Feeling disconnected from her body, Krissy signs up for a burlesque class.

Krissy Kneen is the author of the bestselling memoir Affection; the novels Steeplechase, Triptych, The Adventures of Holly White and the Incredible Sex Machine; and the Thomas Shapcott Award–winning poetry collection Eating My Grandmother. Her novel An Uncertain Grace was shortlisted for the Stella Prize, the Norma K Hemming Award and the Aurealis awards, while Wintering was longlisted for the Colin Roderick Award and shortlisted for the Davitt Award and the QLA for Fiction and A Work of State Significance. She is currently developing two TV series and a feature film. She is the current Copyright Agency Ltd Non-Fiction Fellow.

Transcript

Maeve: Hi, I’m Maeve Marsden, and you’re listening to Queerstories. This week, Krissy Kneen is the author of the bestselling memoir Affection; the novels Steeplechase, Triptych, The Adventures of Holly White and the Incredible Sex Machine; and the Thomas Shapcott Award–winning poetry collection Eating My Grandmother. Her novel An Uncertain Grace was shortlisted for the Stella Prize, the Norma K Hemming Award, the – look. Her bio is a litany of awards she’s been nominated for, shortlisted for and won. She’s an incredibly accomplished writer. She’s the current Copyright Agency Ltd Non-Fiction Fellow, she’s developing two TV series and a feature film, and when she performed this story at Sydney Writers Festival, she intercut the storytelling with an incredible burlesque strip routine to screams of applause. For weeks afterwards, people told me how much they enjoyed the performance. Sadly we didn’t film it, but if you live in Brisbane you might catch Krissy performing locally as her love of burlesque grows. Enjoy.

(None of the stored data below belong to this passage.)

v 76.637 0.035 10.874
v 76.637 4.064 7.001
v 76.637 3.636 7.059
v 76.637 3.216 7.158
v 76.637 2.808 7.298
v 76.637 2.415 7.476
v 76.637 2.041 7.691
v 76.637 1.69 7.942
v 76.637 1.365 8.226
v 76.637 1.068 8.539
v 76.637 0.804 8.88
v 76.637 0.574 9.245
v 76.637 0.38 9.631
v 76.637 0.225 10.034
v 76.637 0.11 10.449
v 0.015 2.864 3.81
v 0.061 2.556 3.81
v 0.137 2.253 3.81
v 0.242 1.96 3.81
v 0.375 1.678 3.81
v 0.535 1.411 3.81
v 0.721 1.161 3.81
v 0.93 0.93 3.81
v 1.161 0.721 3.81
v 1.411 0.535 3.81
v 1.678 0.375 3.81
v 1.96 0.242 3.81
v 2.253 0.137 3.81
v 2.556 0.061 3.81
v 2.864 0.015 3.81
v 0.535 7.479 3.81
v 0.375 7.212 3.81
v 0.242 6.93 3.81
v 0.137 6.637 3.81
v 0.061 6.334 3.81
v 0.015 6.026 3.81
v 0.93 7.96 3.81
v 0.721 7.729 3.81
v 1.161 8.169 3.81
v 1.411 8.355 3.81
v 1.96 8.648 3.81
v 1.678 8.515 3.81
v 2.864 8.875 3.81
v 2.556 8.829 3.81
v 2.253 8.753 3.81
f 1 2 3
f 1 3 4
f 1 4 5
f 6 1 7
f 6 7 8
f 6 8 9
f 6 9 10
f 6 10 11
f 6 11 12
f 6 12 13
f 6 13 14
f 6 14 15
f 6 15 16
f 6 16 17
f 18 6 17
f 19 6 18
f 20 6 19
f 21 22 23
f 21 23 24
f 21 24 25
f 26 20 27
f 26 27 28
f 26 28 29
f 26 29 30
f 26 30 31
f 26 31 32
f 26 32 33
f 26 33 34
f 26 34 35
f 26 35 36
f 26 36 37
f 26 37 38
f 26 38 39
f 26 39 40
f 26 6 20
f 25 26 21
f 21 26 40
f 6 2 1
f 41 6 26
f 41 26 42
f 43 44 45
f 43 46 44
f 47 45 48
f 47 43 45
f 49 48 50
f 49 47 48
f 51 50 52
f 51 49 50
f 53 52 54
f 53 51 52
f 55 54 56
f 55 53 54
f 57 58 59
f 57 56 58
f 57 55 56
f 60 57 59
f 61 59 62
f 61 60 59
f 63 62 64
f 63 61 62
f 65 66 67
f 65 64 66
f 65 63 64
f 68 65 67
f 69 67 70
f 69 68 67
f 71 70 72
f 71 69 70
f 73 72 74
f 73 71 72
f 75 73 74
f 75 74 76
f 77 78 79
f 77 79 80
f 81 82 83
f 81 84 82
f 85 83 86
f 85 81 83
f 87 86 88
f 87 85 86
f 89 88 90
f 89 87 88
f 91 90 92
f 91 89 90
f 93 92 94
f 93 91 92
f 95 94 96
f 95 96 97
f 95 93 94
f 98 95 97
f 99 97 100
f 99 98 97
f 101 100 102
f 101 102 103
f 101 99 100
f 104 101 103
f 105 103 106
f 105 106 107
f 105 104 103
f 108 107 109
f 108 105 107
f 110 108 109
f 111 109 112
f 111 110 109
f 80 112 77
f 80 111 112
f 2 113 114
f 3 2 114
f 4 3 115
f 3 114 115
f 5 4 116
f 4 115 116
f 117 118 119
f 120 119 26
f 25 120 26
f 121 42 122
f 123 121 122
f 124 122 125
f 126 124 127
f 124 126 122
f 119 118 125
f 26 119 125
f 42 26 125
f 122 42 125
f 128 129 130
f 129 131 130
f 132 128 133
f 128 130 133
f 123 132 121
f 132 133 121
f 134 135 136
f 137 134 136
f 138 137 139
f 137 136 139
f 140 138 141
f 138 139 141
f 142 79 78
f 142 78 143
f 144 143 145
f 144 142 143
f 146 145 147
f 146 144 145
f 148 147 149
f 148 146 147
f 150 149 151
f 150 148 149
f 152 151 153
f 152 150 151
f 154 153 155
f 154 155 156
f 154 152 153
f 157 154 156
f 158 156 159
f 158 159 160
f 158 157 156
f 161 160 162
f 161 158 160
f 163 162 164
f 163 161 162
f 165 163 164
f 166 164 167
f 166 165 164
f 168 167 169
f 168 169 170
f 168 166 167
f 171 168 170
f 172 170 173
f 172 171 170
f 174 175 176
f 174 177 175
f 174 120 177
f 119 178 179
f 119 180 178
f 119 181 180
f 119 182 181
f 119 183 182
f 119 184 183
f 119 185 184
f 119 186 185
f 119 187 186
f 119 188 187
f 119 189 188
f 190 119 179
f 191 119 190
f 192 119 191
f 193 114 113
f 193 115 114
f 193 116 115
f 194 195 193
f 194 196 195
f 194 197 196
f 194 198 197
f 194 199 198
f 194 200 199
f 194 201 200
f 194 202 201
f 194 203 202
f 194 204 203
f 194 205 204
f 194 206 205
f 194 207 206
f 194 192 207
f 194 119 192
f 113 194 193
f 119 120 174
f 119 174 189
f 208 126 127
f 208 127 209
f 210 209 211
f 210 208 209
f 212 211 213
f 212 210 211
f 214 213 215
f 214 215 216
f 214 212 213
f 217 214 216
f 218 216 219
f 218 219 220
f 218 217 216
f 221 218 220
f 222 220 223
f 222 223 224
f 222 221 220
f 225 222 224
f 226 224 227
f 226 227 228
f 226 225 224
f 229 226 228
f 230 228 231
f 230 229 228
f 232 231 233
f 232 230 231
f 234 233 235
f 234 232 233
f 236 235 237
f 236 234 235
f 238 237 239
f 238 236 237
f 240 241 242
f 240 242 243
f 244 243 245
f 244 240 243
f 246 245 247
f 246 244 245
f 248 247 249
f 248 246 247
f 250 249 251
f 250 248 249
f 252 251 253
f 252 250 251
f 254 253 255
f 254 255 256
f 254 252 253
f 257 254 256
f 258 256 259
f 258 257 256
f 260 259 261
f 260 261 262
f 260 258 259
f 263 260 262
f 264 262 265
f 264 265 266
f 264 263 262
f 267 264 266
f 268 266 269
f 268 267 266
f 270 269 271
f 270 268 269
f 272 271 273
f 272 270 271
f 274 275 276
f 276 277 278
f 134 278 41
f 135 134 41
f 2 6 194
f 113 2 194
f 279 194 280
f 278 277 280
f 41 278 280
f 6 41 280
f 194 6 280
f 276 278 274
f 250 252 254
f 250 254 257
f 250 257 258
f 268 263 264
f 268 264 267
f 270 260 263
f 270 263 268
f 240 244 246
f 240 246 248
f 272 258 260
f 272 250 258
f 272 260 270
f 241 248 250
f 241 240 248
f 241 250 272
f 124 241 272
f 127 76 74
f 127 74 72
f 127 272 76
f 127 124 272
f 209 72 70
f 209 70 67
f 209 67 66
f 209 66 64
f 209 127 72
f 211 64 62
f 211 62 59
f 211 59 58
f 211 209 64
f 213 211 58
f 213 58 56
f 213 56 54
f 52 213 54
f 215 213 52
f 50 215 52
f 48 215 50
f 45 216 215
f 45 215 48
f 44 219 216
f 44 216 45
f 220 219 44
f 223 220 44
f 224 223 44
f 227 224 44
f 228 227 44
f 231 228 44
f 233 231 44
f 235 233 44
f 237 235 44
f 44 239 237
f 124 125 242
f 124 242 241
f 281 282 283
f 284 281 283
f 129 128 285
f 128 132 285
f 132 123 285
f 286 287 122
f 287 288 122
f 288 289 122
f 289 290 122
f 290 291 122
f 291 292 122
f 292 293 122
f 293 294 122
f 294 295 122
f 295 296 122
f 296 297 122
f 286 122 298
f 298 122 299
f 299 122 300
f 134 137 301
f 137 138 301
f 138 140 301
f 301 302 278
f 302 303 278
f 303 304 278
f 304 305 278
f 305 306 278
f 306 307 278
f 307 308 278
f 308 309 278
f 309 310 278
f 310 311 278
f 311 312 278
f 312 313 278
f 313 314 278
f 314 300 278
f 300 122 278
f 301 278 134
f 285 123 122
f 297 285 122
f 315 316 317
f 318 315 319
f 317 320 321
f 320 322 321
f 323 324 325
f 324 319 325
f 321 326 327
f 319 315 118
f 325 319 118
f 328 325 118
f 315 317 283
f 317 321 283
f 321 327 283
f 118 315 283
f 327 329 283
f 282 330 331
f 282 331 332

Krissy: The shop assistant is a busty blonde with perfect skin. She looks too small to work in a plus sized shop but it reminds me that even a size 14 women are often sidelined by mainstream fashion. When she sees me looking at lingerie she asks if I’m shopping for a special occasion.
“I’ve stupidly joined a Burlesque class,” I snap and I realise I sound quite defensive.
Undeterred, the woman brightens.
“I went to a burlesque show last weekend! I gasped when the first dancer came on and my girlfriend said, that’s nothing! And it just got better and better.“
I take a deep breath. This all feels so hard. It seems that burlesque involves me doing the things I hate, trying on underwear, wearing high heels, thinking about how I look.

The last time I was game to try on underwear in a shop I was still small enough to fit into a size 18. Back then my breasts still looked full and firm. My waist still dipped inwards, flaring out again at the hips. These days my torso is a spill of flesh with very little to differentiate the top from the middle and the bottom. A menopausal silhouette.

I quickly struggle into the first of the bras. I pull the matching undies up over my knee-length bloomers. Ridiculous. I stare in horror at the hot mess in the mirror.
“Can I just…?” And she’s there at my back, adjusting the straps before I can shout, No! Don’t!
She looks at the cups, frowns and hurries off to find a different size. She’s seen me. She’s seen my sweat and my rash and the messy sticky mark from yesterday’s HRT patch. When she returns I find myself apologising for my body. Sorry for the sweat, sorry for the HRT, sorry for existing in this flesh which is so obviously disgusting. “Well,” she tells me, that’s all part of burlesque isn’t it. Bodies come in all types.” It’s true. There are people who would tell me to cover up these tits, these rolls of fat, this expanse of belly, this cellulite.

But there are other bodies that wave a red flag for the trolls far more acutely than my own. Black bodies, disabled bodies, bodies that don’t conform to cis gender roles. I have it relatively easy in my body, despite the fact that it coaxes threatening creaks from chairs when they are large enough for me to sit in them.

I was once at a friends house for dinner and they had the most delicate lovely handmade furniture. I hovered by the lounge chair, finally admitting that I was a bit scared to sit in it in case I broke it. They assured me that the furniture maker said the couch was solid. It just looked fragile, a beautiful illusion. I sat down. The chair creaked, and then something popped and I thudded down onto the floor.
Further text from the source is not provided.